■ **WORK INSTRUCTION**
Go through the entries below from the first line and output each one exactly, up to and including the line with "(0, 0), align=None)".

■ **Stored dataset items**
************

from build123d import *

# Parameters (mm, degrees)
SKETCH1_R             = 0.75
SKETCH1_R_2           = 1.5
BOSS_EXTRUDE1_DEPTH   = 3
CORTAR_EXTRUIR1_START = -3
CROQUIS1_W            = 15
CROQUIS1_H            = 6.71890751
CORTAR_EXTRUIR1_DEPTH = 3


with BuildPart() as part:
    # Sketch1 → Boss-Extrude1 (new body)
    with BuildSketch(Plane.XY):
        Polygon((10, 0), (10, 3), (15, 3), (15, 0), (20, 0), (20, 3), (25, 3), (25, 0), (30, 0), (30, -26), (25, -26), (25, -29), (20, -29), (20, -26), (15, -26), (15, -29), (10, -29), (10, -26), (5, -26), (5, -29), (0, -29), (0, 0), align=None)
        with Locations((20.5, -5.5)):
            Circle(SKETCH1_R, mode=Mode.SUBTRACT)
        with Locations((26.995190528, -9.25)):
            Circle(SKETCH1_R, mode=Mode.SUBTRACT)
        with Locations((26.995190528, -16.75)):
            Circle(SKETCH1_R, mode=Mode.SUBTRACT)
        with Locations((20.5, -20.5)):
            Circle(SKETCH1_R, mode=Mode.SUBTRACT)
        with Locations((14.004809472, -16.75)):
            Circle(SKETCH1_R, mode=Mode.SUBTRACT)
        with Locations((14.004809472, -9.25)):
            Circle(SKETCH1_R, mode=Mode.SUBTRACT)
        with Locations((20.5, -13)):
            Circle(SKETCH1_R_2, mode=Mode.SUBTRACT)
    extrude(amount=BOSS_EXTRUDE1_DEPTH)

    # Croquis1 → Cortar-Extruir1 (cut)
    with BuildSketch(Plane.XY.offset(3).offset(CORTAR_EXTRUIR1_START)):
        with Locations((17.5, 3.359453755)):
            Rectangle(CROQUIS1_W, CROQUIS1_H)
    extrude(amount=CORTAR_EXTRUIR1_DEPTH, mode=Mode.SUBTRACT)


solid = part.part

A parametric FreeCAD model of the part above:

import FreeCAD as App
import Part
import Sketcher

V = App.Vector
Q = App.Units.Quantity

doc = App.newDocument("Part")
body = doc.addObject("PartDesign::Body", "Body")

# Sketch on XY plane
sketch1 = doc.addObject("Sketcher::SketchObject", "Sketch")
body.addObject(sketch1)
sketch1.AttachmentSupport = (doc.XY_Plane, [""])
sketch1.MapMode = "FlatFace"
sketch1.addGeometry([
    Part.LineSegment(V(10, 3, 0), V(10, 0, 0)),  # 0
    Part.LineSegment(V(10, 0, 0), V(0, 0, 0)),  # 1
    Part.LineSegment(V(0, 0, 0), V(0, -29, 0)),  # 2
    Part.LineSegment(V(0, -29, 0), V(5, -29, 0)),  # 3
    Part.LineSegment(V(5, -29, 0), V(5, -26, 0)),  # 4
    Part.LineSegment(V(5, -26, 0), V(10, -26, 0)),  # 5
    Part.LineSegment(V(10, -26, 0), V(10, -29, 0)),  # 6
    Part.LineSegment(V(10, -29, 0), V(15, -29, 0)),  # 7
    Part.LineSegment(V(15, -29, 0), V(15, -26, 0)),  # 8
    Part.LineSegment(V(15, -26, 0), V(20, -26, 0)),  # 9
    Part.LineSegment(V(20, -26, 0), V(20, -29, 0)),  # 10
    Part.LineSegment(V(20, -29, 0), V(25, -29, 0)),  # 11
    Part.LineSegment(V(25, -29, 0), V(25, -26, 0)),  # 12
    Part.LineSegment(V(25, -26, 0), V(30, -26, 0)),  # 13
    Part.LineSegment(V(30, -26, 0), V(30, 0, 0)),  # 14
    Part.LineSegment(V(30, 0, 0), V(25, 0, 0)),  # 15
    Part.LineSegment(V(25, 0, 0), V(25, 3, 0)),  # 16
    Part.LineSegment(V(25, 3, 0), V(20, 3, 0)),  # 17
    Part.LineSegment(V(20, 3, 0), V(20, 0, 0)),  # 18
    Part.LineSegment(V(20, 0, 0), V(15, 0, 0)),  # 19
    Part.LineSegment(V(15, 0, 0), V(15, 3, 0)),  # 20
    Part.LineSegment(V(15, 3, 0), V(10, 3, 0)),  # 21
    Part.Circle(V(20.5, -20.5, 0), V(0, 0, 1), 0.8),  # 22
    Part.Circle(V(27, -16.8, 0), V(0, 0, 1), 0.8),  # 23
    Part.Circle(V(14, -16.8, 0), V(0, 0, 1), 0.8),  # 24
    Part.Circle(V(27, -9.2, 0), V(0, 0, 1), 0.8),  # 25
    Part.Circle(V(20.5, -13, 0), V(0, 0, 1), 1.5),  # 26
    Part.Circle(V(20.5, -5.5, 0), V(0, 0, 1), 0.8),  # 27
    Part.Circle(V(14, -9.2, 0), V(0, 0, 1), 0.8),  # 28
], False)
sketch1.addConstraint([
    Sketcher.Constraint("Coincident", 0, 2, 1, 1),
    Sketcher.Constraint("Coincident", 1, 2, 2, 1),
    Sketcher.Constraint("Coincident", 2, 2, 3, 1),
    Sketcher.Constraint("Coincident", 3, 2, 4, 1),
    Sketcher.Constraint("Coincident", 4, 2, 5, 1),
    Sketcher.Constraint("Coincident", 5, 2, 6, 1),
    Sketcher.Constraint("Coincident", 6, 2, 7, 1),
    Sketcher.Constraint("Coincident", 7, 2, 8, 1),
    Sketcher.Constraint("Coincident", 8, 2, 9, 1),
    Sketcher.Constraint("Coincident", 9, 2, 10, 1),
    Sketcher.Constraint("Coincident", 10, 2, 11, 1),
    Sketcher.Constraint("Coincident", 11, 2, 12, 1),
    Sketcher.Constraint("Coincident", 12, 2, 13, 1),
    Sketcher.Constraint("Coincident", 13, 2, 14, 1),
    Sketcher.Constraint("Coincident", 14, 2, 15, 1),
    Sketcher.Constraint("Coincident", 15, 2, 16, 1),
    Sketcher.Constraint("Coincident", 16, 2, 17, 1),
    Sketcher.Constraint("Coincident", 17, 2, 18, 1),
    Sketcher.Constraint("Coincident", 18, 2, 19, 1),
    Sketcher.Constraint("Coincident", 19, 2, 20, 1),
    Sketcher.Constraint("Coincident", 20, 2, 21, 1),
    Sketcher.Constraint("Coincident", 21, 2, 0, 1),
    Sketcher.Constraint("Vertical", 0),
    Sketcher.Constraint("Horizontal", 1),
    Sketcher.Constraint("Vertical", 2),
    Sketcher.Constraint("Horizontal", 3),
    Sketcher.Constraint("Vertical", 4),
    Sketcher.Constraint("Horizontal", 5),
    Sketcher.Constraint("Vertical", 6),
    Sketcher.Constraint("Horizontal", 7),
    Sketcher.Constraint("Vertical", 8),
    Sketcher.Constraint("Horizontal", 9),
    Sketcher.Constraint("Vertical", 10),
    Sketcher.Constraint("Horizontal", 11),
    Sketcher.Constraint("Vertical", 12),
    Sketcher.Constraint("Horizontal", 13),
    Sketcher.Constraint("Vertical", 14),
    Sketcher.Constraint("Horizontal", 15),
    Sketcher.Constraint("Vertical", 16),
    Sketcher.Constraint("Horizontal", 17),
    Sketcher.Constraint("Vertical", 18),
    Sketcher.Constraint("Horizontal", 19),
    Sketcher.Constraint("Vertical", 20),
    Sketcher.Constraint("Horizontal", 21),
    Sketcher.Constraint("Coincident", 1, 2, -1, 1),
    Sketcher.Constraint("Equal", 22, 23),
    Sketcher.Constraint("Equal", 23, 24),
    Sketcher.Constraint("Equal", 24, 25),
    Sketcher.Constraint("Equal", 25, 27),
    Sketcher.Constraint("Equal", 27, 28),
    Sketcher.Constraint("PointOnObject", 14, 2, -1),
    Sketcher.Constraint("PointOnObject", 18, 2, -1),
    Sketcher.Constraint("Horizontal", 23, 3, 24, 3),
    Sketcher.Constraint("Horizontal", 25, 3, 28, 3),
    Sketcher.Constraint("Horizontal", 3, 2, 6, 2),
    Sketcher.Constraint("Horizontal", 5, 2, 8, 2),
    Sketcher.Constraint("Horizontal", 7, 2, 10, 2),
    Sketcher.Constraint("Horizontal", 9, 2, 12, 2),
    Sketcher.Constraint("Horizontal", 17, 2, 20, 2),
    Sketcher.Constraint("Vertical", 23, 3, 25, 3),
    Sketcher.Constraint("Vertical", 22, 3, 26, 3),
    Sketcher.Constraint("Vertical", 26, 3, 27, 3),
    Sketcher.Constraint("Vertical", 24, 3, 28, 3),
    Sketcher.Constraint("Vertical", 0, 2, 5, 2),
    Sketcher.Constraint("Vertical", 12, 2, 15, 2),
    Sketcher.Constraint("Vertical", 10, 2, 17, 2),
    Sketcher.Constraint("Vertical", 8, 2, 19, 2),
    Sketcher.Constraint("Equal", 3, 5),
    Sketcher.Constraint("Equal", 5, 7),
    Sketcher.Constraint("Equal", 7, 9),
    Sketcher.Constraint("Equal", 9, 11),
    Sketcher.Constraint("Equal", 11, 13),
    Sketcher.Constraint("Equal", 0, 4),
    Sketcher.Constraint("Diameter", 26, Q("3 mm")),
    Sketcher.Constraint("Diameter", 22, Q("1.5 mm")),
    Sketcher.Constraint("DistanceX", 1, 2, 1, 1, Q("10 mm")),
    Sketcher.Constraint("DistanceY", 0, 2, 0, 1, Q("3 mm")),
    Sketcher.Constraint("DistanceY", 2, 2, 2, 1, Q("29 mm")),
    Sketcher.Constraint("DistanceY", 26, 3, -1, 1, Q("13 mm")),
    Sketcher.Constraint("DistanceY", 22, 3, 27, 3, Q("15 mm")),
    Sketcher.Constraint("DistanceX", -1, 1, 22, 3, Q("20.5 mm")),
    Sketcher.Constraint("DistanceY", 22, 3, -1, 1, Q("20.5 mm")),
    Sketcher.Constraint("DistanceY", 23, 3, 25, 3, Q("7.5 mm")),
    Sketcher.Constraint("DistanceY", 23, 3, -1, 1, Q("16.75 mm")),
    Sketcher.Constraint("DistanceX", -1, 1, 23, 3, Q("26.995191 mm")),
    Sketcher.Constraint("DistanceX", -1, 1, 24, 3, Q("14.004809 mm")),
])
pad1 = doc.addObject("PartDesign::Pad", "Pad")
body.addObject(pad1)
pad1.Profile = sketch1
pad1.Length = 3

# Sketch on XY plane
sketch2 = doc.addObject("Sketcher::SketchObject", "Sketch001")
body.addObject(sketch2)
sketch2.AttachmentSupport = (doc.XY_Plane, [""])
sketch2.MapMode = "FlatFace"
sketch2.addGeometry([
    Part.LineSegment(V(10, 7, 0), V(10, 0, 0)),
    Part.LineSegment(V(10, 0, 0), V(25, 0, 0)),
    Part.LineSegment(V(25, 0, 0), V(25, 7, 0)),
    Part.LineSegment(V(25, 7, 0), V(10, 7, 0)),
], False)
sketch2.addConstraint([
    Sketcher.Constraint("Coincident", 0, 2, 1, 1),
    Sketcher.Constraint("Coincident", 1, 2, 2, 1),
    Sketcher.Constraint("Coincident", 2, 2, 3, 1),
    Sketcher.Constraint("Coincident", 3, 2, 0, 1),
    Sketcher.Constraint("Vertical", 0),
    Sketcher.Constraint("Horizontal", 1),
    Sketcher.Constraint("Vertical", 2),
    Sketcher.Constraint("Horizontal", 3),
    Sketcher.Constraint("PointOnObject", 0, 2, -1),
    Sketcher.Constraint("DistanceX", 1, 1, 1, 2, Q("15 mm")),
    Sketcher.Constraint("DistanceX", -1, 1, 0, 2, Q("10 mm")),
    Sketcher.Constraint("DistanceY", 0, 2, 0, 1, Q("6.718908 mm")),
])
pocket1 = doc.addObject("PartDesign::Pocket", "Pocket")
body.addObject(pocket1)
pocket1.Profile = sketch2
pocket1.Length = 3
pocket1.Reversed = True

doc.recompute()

************

■ **TASK SOLUTION**
from build123d import *

# Parameters (mm, degrees)
SKETCH1_R             = 0.75
SKETCH1_R_2           = 1.5
BOSS_EXTRUDE1_DEPTH   = 3
CORTAR_EXTRUIR1_START = -3
CROQUIS1_W            = 15
CROQUIS1_H            = 6.71890751
CORTAR_EXTRUIR1_DEPTH = 3


with BuildPart() as part:
    # Sketch1 → Boss-Extrude1 (new body)
    with BuildSketch(Plane.XY):
        Polygon((10, 0), (10, 3), (15, 3), (15, 0), (20, 0), (20, 3), (25, 3), (25, 0), (30, 0), (30, -26), (25, -26), (25, -29), (20, -29), (20, -26), (15, -26), (15, -29), (10, -29), (10, -26), (5, -26), (5, -29), (0, -29), (0, 0), align=None)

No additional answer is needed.